As an emerging type of user-generated content, micro-video drastically enriches people's entertainment experiences and social interactions. However, the popularity pattern of an individual micro-video still remains elusive among the researchers. One of the major challenges is that the potential popularity of a micro-video tends to fluctuate under the impact of various external factors, which makes it full of uncertainties. In addition, since micro-videos are mainly uploaded by individuals that lack professional techniques, multiple types of noise could exist that obscure useful information. In this paper, we propose a multimodal variational encoder-decoder (MMVED) framework for micro-video popularity prediction tasks.
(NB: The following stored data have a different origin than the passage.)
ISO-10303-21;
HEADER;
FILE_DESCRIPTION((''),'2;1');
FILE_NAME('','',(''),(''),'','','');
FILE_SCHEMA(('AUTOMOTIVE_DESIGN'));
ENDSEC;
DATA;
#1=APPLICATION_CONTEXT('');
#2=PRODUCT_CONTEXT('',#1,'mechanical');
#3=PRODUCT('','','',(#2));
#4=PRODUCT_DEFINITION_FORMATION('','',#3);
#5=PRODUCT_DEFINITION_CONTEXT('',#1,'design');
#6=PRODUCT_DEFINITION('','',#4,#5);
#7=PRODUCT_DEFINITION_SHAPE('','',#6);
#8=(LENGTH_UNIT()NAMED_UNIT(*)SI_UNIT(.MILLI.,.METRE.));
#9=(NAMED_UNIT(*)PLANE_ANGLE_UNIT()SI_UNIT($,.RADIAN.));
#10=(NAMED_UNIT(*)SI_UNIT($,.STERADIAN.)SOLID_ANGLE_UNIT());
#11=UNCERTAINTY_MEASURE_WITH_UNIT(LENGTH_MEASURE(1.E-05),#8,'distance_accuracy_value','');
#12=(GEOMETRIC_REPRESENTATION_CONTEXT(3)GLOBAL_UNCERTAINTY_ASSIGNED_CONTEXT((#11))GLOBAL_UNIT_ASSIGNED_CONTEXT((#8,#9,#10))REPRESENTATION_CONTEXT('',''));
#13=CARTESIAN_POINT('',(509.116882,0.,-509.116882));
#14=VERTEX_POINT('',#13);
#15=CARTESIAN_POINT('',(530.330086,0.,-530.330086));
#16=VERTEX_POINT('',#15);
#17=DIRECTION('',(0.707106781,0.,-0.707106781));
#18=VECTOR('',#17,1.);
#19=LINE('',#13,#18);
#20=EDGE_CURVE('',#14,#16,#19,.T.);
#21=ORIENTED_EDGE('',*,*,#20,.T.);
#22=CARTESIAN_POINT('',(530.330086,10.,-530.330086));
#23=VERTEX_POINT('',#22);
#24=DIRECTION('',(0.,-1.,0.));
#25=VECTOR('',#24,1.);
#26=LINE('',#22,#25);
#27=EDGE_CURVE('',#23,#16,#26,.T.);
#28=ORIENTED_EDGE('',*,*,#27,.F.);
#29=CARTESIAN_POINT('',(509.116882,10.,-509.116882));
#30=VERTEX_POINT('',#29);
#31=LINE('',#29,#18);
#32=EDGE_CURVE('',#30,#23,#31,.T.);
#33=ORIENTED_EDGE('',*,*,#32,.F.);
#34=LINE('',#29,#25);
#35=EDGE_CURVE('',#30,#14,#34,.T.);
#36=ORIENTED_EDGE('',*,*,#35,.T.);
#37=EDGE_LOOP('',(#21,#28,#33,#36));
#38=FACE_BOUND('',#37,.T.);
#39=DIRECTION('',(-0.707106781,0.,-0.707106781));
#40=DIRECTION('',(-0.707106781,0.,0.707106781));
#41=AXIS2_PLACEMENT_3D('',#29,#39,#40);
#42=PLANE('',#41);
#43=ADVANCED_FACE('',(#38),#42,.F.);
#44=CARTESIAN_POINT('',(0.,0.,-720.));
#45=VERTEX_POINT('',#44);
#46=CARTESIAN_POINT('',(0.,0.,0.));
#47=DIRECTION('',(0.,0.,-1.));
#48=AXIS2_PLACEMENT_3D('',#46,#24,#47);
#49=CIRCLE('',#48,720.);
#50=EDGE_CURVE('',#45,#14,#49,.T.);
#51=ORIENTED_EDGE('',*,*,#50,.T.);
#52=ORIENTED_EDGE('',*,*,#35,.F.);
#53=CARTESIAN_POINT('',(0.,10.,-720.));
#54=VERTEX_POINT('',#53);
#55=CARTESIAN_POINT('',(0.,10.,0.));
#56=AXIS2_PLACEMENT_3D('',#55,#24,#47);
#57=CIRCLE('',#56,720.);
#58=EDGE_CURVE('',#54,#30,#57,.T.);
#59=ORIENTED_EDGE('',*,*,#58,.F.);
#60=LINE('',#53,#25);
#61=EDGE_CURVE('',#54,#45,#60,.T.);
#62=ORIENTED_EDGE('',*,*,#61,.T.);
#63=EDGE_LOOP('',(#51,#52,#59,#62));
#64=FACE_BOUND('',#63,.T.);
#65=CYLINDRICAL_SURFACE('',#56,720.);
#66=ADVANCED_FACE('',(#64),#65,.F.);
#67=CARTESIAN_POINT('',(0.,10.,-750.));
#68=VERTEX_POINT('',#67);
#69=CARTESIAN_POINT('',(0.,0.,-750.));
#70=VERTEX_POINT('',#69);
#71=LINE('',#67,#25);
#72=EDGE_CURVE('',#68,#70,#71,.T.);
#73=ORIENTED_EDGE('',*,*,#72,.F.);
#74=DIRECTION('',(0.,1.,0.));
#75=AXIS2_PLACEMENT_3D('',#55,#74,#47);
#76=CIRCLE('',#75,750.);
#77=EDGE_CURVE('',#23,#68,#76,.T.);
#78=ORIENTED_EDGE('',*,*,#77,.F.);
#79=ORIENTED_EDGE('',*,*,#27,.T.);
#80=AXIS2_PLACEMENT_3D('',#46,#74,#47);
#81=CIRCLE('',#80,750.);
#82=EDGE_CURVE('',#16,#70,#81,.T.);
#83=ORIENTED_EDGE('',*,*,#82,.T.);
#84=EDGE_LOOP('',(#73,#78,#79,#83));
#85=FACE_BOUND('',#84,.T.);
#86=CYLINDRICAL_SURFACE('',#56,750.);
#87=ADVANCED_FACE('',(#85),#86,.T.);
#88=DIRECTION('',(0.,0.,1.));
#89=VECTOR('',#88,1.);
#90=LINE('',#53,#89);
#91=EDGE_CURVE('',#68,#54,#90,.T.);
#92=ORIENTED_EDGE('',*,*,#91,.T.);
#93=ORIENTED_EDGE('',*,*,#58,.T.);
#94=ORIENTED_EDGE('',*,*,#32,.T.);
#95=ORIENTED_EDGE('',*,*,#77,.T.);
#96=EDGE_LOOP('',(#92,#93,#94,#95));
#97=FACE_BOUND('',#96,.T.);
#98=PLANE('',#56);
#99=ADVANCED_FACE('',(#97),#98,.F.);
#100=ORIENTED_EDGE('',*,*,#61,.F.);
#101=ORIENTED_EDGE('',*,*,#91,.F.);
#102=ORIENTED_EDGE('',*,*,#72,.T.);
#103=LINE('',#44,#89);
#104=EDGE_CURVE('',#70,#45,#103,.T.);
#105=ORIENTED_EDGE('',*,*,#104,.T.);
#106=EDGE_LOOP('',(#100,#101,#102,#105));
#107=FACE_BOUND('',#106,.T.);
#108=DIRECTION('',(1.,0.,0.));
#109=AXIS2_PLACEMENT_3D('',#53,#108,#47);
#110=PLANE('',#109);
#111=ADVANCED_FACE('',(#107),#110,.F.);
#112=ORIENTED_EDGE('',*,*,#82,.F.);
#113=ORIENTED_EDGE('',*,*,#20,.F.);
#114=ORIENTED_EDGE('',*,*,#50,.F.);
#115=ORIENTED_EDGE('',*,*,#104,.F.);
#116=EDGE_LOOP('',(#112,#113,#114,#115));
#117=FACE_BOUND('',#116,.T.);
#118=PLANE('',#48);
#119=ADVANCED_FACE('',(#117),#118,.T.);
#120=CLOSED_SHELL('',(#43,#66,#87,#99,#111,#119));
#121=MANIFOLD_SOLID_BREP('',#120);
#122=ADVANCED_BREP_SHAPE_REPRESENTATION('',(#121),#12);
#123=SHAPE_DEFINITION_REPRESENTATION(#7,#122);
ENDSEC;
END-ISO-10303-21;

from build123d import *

# Parameters (mm, degrees)
BOSS_EXTRUDE1_DEPTH = 10


with BuildPart() as part:
    # Sketch1 → Boss-Extrude1 (new body)
    with BuildSketch(Plane(origin=(0, 0, 0), x_dir=(1, 0, 0), z_dir=(0, 1, 0))):
        with BuildLine():
            Line((0, 720), (0, 750))
            ThreePointArc((0, 750), (287.012574274, 692.909649383), (530.33008589, 530.33008589))
            Line((530.33008589, 530.33008589), (509.116882454, 509.116882454))
            ThreePointArc((509.116882454, 509.116882454), (275.532071303, 665.193263408), (0, 720))
        make_face()
    extrude(amount=BOSS_EXTRUDE1_DEPTH)


solid = part.part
MMVED learns a stochastic Gaussian embedding of a micro-video that is informative to its popularity level while preserves the inherent uncertainties simultaneously. Moreover, through the optimization of a deep variational information bottleneck lower-bound (IBLBO), the learned hidden representation is shown to be maximally expressive about the popularity target while maximally compressive to the noise in micro-video features. Furthermore, the Bayesian product-of-experts principle is applied to the multimodal encoder, where the decision for information keeping or discarding is made comprehensively with all available modalities. Extensive experiments conducted on a public dataset and a dataset we collect from Xigua demonstrate the effectiveness of the proposed MMVED framework.